● TASK BRIEF: The data below holds the lines to copy: everything from the line containing "#98=LINE('',#49,#72);" to the line containing "#117=CLOSED_SHELL('',(#46,#71,#85,#96,#107,#116));", both ends included, set down exactly.

● DATA RECORDS:
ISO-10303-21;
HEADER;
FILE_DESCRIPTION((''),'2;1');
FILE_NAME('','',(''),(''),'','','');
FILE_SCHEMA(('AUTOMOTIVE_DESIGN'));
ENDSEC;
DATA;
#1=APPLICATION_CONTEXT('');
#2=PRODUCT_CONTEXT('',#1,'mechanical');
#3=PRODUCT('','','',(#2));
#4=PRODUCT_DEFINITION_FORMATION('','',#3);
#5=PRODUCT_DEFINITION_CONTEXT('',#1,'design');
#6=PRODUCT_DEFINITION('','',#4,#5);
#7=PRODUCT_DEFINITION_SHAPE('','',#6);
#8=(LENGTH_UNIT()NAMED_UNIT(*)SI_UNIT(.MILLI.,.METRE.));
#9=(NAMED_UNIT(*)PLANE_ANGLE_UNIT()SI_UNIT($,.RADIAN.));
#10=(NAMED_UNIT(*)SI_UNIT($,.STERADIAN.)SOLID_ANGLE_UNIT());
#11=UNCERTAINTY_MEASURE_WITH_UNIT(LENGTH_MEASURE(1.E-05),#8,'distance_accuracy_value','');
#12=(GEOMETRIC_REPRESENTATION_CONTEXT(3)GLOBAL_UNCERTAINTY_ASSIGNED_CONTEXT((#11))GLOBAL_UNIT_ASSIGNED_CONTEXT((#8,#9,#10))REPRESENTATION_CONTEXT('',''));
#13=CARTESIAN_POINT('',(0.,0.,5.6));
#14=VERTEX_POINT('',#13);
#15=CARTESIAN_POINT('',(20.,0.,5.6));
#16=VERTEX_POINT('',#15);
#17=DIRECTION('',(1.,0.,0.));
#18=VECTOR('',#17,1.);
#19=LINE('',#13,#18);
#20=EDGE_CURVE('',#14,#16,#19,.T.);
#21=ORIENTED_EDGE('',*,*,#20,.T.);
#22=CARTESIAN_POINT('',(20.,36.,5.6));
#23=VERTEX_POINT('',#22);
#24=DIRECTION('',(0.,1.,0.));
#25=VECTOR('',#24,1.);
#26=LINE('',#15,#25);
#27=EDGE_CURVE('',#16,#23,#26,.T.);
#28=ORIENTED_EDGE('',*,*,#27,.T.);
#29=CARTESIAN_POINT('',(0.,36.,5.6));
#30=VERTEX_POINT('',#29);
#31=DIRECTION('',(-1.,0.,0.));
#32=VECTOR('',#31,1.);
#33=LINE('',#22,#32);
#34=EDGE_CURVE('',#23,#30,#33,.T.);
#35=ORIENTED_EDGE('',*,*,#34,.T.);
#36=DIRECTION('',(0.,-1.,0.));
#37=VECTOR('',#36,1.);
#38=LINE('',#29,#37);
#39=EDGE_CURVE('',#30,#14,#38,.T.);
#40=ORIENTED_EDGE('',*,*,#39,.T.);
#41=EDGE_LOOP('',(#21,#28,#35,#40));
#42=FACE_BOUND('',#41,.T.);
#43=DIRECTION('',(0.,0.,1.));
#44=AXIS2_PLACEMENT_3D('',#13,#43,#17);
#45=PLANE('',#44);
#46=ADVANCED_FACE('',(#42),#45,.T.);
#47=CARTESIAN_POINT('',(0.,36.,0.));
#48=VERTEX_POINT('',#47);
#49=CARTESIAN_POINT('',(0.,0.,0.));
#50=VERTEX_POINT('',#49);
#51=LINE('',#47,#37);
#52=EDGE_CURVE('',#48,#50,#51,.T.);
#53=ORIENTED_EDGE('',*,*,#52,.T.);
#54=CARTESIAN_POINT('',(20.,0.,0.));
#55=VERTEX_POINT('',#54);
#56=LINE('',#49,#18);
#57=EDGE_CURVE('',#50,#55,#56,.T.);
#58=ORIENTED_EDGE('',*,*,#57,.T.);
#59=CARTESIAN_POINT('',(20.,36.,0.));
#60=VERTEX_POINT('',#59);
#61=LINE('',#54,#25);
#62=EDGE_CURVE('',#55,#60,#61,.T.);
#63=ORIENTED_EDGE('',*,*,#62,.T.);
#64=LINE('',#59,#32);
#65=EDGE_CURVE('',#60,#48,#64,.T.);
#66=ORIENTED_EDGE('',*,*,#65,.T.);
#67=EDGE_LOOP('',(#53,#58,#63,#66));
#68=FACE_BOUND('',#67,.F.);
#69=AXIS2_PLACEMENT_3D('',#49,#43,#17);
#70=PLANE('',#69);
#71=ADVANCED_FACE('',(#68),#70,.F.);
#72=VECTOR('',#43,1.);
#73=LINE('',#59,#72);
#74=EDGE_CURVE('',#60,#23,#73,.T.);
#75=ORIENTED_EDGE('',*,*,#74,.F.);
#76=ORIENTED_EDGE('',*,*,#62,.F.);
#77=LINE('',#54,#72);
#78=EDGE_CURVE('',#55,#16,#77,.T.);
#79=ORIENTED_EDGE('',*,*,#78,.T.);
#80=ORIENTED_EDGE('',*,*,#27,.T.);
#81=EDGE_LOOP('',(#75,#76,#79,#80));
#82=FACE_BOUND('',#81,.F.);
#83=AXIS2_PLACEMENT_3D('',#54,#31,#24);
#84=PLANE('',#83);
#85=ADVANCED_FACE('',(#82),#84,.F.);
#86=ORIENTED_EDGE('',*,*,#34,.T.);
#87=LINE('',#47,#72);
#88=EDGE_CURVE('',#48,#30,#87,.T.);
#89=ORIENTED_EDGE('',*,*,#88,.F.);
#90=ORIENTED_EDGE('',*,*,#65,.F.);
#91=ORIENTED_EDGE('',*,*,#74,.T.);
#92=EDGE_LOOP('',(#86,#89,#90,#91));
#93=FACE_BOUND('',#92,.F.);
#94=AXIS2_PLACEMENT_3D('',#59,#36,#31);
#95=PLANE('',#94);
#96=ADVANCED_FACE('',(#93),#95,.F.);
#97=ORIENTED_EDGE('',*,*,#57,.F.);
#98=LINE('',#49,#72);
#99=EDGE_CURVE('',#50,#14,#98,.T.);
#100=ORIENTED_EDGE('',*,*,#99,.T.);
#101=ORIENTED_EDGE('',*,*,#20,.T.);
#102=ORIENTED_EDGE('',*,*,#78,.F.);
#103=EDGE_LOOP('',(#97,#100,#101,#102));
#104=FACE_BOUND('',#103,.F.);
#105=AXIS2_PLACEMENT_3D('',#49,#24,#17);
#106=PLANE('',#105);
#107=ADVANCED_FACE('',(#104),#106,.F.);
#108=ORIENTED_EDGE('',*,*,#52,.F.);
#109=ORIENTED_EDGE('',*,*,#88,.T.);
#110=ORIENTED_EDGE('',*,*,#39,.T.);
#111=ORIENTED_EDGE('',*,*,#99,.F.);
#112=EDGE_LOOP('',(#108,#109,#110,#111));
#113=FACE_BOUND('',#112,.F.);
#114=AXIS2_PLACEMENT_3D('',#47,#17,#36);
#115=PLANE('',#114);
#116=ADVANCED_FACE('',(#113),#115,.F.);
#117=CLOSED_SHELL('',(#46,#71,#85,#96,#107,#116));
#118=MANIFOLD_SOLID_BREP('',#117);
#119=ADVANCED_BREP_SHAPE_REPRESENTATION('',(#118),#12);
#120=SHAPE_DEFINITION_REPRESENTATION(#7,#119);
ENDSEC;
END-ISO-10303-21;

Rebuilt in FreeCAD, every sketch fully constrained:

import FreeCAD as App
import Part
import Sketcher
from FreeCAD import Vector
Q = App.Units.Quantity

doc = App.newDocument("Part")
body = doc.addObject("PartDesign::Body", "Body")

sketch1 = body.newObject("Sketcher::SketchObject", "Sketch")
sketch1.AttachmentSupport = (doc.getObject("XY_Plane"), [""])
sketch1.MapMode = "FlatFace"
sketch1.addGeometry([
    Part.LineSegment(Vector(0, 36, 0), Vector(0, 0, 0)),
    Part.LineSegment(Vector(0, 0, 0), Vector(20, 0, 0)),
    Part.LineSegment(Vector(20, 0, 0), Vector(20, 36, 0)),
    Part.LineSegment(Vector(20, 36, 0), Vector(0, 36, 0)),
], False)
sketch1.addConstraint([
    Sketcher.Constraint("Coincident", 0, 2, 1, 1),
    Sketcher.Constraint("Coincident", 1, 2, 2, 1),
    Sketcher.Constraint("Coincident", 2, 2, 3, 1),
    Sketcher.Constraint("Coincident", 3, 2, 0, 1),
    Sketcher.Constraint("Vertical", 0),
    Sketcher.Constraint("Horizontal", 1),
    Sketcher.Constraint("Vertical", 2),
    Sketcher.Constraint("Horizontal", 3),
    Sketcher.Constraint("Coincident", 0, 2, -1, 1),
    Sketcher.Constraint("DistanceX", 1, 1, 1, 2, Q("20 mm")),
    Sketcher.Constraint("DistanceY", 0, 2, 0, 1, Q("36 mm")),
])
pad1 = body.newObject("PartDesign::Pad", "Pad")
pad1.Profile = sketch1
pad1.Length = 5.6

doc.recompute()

● SOLUTION TO THIS PROBLEM:
#98=LINE('',#49,#72);
#99=EDGE_CURVE('',#50,#14,#98,.T.);
#100=ORIENTED_EDGE('',*,*,#99,.T.);
#101=ORIENTED_EDGE('',*,*,#20,.T.);
#102=ORIENTED_EDGE('',*,*,#78,.F.);
#103=EDGE_LOOP('',(#97,#100,#101,#102));
#104=FACE_BOUND('',#103,.F.);
#105=AXIS2_PLACEMENT_3D('',#49,#24,#17);
#106=PLANE('',#105);
#107=ADVANCED_FACE('',(#104),#106,.F.);
#108=ORIENTED_EDGE('',*,*,#52,.F.);
#109=ORIENTED_EDGE('',*,*,#88,.T.);
#110=ORIENTED_EDGE('',*,*,#39,.T.);
#111=ORIENTED_EDGE('',*,*,#99,.F.);
#112=EDGE_LOOP('',(#108,#109,#110,#111));
#113=FACE_BOUND('',#112,.F.);
#114=AXIS2_PLACEMENT_3D('',#47,#17,#36);
#115=PLANE('',#114);
#116=ADVANCED_FACE('',(#113),#115,.F.);
#117=CLOSED_SHELL('',(#46,#71,#85,#96,#107,#116));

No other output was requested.